Poi dovrebbe andare  :Wink: 

----------

## fbcyborg

Grazie! 

Appena provo vi faccio sapere!  :Very Happy: 

----------

## fbcyborg

Ciao a tutti, 

riesumo questo thread perché mi trovo di nuovo in una situazione simile.

Oggi possiedo un sony vaio SZ330P ed ho una porta VGA come nel precedente caso.

Sul tasto F7 ho un disegno che rappresenta il tasto preposto allo switch da LCD->External device e viceversa e vorrei associarlo anche su Linux visto che su winsozz funziona molto bene.

Ho già configurato altri tasti funzione seguendo queste istruzioni.

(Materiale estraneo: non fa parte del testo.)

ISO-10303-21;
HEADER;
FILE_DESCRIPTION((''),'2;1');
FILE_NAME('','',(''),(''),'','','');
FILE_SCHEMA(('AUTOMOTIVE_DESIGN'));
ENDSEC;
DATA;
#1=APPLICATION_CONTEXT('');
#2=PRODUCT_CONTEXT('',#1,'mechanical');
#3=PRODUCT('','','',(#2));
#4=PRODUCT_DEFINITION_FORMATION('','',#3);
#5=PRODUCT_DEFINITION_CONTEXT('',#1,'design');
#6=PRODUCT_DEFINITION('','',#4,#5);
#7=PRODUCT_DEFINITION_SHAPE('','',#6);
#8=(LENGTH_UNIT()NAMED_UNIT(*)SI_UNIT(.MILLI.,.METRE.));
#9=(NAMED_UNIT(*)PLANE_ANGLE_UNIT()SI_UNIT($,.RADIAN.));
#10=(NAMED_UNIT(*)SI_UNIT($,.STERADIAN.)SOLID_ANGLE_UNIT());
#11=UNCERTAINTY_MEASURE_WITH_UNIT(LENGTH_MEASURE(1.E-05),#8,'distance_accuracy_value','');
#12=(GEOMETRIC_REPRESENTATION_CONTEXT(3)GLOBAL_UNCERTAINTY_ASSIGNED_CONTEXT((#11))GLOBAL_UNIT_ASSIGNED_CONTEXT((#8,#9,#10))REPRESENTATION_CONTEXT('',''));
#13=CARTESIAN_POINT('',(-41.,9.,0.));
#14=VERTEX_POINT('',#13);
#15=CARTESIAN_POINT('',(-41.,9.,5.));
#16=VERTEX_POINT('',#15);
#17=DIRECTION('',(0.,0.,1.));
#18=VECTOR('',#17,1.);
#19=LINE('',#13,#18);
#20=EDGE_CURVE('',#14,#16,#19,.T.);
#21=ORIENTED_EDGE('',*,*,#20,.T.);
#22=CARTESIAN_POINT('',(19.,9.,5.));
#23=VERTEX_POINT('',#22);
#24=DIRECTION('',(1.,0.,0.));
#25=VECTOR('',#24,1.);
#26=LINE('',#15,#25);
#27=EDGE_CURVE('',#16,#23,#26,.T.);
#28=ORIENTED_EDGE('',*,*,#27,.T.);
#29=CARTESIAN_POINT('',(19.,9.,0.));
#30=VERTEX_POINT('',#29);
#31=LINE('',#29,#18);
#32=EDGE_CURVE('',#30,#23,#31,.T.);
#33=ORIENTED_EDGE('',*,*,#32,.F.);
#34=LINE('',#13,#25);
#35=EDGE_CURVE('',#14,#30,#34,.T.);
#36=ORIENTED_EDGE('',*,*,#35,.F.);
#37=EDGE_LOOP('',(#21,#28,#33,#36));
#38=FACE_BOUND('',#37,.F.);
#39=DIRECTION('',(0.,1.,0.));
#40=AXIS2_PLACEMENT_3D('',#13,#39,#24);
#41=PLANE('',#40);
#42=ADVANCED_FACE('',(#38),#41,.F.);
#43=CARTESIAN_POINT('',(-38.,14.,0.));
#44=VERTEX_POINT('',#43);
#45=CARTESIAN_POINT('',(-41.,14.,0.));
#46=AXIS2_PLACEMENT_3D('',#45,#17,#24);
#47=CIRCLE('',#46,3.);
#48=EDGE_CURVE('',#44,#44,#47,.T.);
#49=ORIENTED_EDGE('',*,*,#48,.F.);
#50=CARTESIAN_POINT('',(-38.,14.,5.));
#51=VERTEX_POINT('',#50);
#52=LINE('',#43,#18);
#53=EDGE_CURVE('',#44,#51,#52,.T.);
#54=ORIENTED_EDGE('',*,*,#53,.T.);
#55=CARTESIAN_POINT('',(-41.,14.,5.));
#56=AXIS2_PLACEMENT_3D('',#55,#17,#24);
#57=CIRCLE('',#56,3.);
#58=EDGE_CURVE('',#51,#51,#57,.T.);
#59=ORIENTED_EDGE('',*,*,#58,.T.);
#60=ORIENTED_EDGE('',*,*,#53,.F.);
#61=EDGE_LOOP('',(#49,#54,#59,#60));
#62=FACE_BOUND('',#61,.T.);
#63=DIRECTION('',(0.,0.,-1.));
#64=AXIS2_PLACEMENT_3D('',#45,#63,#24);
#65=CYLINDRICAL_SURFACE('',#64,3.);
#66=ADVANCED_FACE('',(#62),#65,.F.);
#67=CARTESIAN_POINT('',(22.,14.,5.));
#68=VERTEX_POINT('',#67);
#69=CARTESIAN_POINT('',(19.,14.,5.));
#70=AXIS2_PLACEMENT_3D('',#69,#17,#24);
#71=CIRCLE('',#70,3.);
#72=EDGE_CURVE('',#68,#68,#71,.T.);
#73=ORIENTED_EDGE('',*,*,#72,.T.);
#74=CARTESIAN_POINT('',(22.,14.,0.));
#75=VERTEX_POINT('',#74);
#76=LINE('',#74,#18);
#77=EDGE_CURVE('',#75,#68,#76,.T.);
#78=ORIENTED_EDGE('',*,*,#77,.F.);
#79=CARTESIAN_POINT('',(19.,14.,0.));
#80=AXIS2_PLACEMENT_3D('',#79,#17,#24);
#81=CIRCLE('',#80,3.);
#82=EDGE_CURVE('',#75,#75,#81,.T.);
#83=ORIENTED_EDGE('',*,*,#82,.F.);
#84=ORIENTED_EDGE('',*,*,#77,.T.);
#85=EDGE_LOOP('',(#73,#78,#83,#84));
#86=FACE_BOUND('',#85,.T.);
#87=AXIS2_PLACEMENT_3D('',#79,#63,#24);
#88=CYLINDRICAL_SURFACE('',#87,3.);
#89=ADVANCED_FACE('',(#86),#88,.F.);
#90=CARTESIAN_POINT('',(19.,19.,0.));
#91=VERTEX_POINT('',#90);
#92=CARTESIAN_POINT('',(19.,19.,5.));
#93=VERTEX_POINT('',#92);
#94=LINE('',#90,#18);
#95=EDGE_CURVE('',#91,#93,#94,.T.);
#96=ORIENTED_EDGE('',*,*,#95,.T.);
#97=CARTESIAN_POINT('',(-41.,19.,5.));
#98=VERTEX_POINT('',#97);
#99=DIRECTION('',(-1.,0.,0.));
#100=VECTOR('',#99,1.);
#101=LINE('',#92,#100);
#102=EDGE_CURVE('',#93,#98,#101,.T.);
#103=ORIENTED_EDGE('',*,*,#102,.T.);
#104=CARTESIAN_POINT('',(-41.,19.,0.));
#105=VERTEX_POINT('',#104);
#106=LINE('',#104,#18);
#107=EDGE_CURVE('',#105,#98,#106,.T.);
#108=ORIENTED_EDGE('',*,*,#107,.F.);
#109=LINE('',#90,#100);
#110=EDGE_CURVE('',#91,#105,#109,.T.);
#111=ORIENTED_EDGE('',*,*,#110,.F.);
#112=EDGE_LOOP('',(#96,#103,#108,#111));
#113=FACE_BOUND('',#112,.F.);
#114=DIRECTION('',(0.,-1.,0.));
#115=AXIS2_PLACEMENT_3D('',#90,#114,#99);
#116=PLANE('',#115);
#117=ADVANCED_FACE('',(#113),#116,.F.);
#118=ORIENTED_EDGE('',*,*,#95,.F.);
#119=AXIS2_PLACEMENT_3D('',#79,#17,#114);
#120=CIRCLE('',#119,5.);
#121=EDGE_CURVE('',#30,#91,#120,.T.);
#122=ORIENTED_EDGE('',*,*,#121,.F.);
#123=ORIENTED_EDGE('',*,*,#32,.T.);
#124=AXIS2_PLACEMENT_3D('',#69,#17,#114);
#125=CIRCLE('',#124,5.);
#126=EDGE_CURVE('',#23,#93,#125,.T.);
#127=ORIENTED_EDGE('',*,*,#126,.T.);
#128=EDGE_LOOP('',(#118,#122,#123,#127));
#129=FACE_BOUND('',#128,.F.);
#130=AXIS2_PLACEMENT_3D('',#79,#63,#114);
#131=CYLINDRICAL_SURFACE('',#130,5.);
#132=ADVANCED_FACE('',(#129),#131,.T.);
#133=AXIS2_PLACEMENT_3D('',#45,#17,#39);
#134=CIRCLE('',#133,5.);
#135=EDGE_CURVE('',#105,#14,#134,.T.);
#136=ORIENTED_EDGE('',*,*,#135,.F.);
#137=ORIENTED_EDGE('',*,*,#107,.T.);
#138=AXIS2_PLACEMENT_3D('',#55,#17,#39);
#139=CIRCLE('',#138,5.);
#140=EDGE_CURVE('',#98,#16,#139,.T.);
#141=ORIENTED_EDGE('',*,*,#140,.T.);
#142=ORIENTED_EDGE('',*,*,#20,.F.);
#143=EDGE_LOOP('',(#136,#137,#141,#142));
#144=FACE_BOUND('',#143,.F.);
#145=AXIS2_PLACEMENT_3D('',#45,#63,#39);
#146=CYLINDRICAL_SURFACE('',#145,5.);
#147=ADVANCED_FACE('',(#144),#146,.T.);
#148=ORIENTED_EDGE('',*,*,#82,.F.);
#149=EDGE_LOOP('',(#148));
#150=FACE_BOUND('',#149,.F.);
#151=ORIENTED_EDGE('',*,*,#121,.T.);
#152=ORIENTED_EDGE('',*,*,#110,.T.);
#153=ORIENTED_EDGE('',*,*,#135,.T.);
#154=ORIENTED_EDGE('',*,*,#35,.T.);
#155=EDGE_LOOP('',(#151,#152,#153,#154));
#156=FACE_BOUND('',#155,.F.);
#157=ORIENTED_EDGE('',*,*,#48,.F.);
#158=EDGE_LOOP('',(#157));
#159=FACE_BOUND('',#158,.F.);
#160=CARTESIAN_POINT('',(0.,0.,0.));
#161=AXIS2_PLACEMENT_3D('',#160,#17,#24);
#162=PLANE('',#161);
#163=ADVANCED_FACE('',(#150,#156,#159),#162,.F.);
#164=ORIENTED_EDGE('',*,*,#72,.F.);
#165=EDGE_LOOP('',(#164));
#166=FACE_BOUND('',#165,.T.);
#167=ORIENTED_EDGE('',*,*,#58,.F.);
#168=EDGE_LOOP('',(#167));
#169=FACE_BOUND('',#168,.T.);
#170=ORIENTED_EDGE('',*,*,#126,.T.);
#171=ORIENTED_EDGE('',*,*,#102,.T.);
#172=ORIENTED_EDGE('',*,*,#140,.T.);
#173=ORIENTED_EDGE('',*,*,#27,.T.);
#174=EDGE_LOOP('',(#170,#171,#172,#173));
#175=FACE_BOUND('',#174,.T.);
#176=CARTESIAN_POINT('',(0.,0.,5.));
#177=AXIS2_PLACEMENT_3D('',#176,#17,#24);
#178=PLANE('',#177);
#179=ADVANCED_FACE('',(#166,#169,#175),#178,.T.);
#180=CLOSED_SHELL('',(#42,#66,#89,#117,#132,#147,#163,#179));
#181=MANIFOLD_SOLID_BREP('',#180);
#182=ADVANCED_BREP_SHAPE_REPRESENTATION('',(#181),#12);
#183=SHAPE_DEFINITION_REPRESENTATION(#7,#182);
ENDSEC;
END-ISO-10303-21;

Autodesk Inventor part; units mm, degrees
ref_plane "YZ Plane" through (0, 0, 0) normal (1, 0, 0) x (0, 1, 0)
ref_plane "XZ Plane" through (0, 0, 0) normal (0, 1, 0) x (-1, 0, 0)
ref_plane "XY Plane" through (0, 0, 0) normal (0, 0, 1) x (1, 0, 0)
sketch "Sketch1" plane through (0, 0, 0) normal (0, 0, 1) x (1, 0, 0)
  line L0 (-41, 14) -> (19, 14) construction
  line L1 (-41, 9) -> (19, 9)
  line L2 (19, 19) -> (-41, 19)
  arc A0 (-41, 19) -> (-41, 9) centre (-41, 14) ccw
  arc A1 (19, 9) -> (19, 19) centre (19, 14) ccw
  circle A2 centre (-41, 14) radius 3
  circle A3 centre (19, 14) radius 3
  point P0 (0, 0)
  point P1 (-11, 14)
  dimension "d0" = 10
  dimension "d1" = 6
  dimension "d3" = 60
extrude "Extrusion1" add sketch "Sketch1" along normal blind 5
equation "\"d0\" = R"
equation "\"d1\" = r"
equation "\"d4\" = th"
equation "\"th\" = 5"
equation "\"r\" = 6"
equation "\"R\" = 10"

In pratica ora riesco a fare lo switch fra i display solo in questo modo:

se all'avvio di Xorg (poco prima di KDM) trova il cavo VGA inserito ci redirige l'output (ma solo su quello). Sennò lo manda su LCD. L'unica palla è che devo riavviare X ogni volta per cambiare display con CTRL+ALT+Backspace ....

C'è una soluzione.. per cambiare display utilizzando sia la guida che ho appena linkato, sia qualche software esterno, magari?

Ho sentito parlare di Xinerama ma non so bene come funziona. Ho sempre visto questa flag use per le applicazioni...

Woow! 1000 post!  :Very Happy: 

----------

## flocchini

con nvidia lo puoi fare al volo dal loro pannello di controllo, con i driver ati non so proprio, con il resto non puoi. So anche che lo switch a caldo dovrebbe essere una delle features piu' interessanti di xorg 7.3 di prossima uscita se nel frattempo non hanno cambiato idea. Quindi per ora o uso nvidia oppure con l'intel integrata mi attacco. Visto il gran caldo, per ora io mi attacco :p buona fortuna ;

----------

## fbcyborg

Ho una nvidia e sto cercando di capire come funziona questo pannello...

EDIT:

 *flocchini wrote:*   

> ci ha pensato mamma nvidia con gli ultimi driver e l'ultimo nvidia-settings a risolvere le cose... come godo  E' possibile attivare/disattivare il monitor interno/esterno a piacimento e cambiare a caldo le risoluzioni, ovviamente disabilitando il monitor esterno e' possibile anche l'undock senza nessun crash, cosi'sembra almeno, ho scoperto il tutto solo stasera :p ora devo solo scriptare tutto e automatizzare un po' le cose senza passare dalla gui del programma. Evviva  

 

Quindi poi hai inventato qualcosa?

----------

## flocchini

no perche' e' arrivato il caldo e preferisco la gma950 che cmq muove compiz egregiamente... Cmq penso che basti guardare cosa si puo' fare con nvidia-settings da riga di comando e legarlo ad un qualche evento (nel mio caso con l'undock si puo' fare con acpi)

----------

## fbcyborg

Salve di nuovo, 

mi trovo di nuovo ad avere la necessità di collegare il mio SZ330P ad un proiettore e da buon previdente ho voluto fare prima delle prove con uno schermo VGA.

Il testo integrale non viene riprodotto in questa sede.